Ruby enumerators are slow... and wonderful
Ruby Enumerators are a really cool abstraction. They can be used in many ways. I particularly love that, in the standard library, most methods that take a block to iterate over something will return an enumerator when invoked without it. For instance, Enumerable#map
or CSV.for_each
use this convention.
I hadn’t found a practical use case for them until I needed to process several CSV files advancing through them at the same time. I could grab an enumerator for each CSV file and make them advance as I wanted. It worked like a charm, but I noticed it was very slow.
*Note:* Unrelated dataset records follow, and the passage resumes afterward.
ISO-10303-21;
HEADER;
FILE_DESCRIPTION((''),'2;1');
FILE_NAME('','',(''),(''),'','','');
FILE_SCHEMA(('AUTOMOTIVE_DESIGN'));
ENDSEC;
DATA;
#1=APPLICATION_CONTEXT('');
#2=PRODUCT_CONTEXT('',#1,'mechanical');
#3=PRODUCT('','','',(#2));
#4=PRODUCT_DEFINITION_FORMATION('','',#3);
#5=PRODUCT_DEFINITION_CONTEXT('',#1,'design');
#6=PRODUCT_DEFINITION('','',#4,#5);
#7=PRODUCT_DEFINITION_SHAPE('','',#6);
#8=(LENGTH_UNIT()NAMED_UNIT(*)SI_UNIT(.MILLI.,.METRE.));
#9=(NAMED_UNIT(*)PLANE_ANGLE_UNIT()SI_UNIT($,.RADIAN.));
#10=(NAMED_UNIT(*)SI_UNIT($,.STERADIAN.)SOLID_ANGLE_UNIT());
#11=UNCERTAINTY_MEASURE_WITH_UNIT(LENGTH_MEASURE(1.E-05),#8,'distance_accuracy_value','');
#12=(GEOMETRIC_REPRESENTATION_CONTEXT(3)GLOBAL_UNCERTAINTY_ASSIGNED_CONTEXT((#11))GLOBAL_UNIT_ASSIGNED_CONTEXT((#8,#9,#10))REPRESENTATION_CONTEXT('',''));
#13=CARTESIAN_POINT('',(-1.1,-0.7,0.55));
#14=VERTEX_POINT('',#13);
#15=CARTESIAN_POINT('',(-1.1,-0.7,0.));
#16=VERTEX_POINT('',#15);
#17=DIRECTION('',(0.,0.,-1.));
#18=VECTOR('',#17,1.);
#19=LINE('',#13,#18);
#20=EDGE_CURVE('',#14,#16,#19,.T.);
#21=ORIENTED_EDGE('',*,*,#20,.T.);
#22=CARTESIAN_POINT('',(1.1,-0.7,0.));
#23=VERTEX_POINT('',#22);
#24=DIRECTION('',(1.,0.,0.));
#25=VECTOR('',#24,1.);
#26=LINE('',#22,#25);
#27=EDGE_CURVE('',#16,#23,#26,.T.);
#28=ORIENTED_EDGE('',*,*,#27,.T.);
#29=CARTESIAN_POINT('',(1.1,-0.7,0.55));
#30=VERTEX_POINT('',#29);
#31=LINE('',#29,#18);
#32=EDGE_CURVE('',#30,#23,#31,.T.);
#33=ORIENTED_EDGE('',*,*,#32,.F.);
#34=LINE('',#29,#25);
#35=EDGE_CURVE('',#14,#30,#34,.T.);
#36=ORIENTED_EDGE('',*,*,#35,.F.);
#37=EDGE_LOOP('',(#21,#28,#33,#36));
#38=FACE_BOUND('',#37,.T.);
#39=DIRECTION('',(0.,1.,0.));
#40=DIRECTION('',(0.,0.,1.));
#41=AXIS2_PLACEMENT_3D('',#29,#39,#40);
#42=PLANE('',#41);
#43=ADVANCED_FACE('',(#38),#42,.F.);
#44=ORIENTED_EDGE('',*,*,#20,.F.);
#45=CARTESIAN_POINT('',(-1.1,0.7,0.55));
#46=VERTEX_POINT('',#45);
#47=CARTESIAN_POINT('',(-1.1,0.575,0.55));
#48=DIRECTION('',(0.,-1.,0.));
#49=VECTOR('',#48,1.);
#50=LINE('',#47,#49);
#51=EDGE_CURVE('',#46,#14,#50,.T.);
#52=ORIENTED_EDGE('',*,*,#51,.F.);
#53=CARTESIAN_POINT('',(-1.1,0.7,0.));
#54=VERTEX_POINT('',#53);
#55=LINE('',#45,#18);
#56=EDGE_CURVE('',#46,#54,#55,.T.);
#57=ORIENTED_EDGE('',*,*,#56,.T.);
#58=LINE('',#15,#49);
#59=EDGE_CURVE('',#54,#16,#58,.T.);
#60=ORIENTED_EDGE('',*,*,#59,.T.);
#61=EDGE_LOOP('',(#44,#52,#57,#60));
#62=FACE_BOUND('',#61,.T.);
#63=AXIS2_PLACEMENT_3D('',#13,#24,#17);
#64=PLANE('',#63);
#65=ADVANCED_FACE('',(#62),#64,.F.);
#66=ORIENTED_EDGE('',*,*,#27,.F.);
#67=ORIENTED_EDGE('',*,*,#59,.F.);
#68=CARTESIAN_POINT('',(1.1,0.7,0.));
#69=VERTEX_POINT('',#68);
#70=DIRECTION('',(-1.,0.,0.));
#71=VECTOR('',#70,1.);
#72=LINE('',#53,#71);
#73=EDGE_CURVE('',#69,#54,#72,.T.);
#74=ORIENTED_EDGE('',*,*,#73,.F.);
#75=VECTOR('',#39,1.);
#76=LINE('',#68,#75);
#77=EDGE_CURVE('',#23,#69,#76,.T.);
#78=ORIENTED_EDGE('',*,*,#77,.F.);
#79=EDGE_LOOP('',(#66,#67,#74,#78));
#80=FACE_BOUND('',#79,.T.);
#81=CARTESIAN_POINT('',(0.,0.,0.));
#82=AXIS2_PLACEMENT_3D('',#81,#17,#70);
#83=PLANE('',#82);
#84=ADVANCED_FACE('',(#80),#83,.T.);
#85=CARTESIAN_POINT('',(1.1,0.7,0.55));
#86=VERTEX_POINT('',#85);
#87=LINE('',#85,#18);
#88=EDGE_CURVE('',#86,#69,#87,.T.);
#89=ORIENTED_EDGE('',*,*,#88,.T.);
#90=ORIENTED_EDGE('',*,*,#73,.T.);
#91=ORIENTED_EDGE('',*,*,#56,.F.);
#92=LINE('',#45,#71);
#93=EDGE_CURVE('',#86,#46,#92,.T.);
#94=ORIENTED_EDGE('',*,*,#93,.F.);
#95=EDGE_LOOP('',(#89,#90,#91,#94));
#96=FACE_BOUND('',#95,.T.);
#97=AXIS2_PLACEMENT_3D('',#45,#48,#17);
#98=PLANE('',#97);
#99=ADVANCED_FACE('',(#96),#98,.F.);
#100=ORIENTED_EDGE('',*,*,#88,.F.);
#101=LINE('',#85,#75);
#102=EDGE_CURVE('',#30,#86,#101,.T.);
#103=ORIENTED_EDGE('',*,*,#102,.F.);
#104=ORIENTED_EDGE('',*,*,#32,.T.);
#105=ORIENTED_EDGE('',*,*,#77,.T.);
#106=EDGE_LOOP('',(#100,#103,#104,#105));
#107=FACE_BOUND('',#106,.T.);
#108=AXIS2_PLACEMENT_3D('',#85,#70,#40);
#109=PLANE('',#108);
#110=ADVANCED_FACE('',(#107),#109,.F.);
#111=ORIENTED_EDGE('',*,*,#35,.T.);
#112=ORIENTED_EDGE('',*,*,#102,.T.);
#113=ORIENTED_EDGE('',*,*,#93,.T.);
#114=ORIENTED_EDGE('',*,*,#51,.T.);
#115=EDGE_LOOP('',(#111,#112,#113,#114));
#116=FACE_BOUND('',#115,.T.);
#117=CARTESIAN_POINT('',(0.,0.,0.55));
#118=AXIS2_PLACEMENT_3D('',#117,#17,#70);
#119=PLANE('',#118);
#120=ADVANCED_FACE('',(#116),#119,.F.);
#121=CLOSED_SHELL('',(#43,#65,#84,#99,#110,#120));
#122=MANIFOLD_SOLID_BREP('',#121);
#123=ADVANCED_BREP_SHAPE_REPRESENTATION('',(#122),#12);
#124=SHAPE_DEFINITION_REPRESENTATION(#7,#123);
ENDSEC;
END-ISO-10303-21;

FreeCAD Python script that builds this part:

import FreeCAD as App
import Part
import Sketcher


def add_polygon(sketch, points):
    """Adds a closed chain of lines whose ends are joined by coincident constraints."""
    first, n = sketch.GeometryCount, len(points)
    for a, b in zip(points, points[1:] + points[:1]):
        sketch.addGeometry(Part.LineSegment(App.Vector(*a, 0), App.Vector(*b, 0)), False)
    for i in range(n):
        sketch.addConstraint(Sketcher.Constraint("Coincident", first + i, 2, first + (i + 1) % n, 1))

doc = App.newDocument("Part")
body = doc.addObject("PartDesign::Body", "Body")

# Sketch on XY plane
sketch1 = body.newObject("Sketcher::SketchObject", "Sketch")
sketch1.AttachmentSupport = (doc.getObject("XY_Plane"), [""])
sketch1.MapMode = "FlatFace"
add_polygon(sketch1, [(-1.1, 0.7), (-1.1, -0.7), (1.1, -0.7), (1.1, 0.7)])  # lines 0-3
sketch1.addConstraint(Sketcher.Constraint("Vertical", 0))
sketch1.addConstraint(Sketcher.Constraint("Horizontal", 1))
sketch1.addConstraint(Sketcher.Constraint("Vertical", 2))
sketch1.addConstraint(Sketcher.Constraint("Horizontal", 3))
sketch1.addConstraint(Sketcher.Constraint("Symmetric", 0, 2, 2, 2, -1, 1))
sketch1.addConstraint(Sketcher.Constraint("DistanceX", 1, 1, 1, 2, 2.2))
sketch1.addConstraint(Sketcher.Constraint("DistanceY", 0, 2, 0, 1, 1.4))
pad1 = body.newObject("PartDesign::Pad", "Pad")
pad1.Profile = sketch1
pad1.Length = 0.55

doc.recompute()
I decided to profile and compare them with their internal iterator counterpart:
require 'benchmark/ips'
COUNT = 500000
Benchmark.ips do |x|
x.report('Enumerable') do
total = 0
COUNT.times do |i|
total += i
end
end
x.report('Enumerator') do
total = 0
enumerator = COUNT.times
while true
begin
total += enumerator.next
rescue StopIteration
break
end
end
end
end
Results (Ruby 2.4.0):
Enumerable 37.073 (± 5.4%) i/s - 186.000 in 5.030412s
Enumerator 1.588 (± 0.0%) i/s - 8.000 in 5.040230s
As you see, Enumerators are much slower that the corresponding internal iterator. I can’t use them in my case since CSV processing speed was key to the global performance of the system, but I still love them.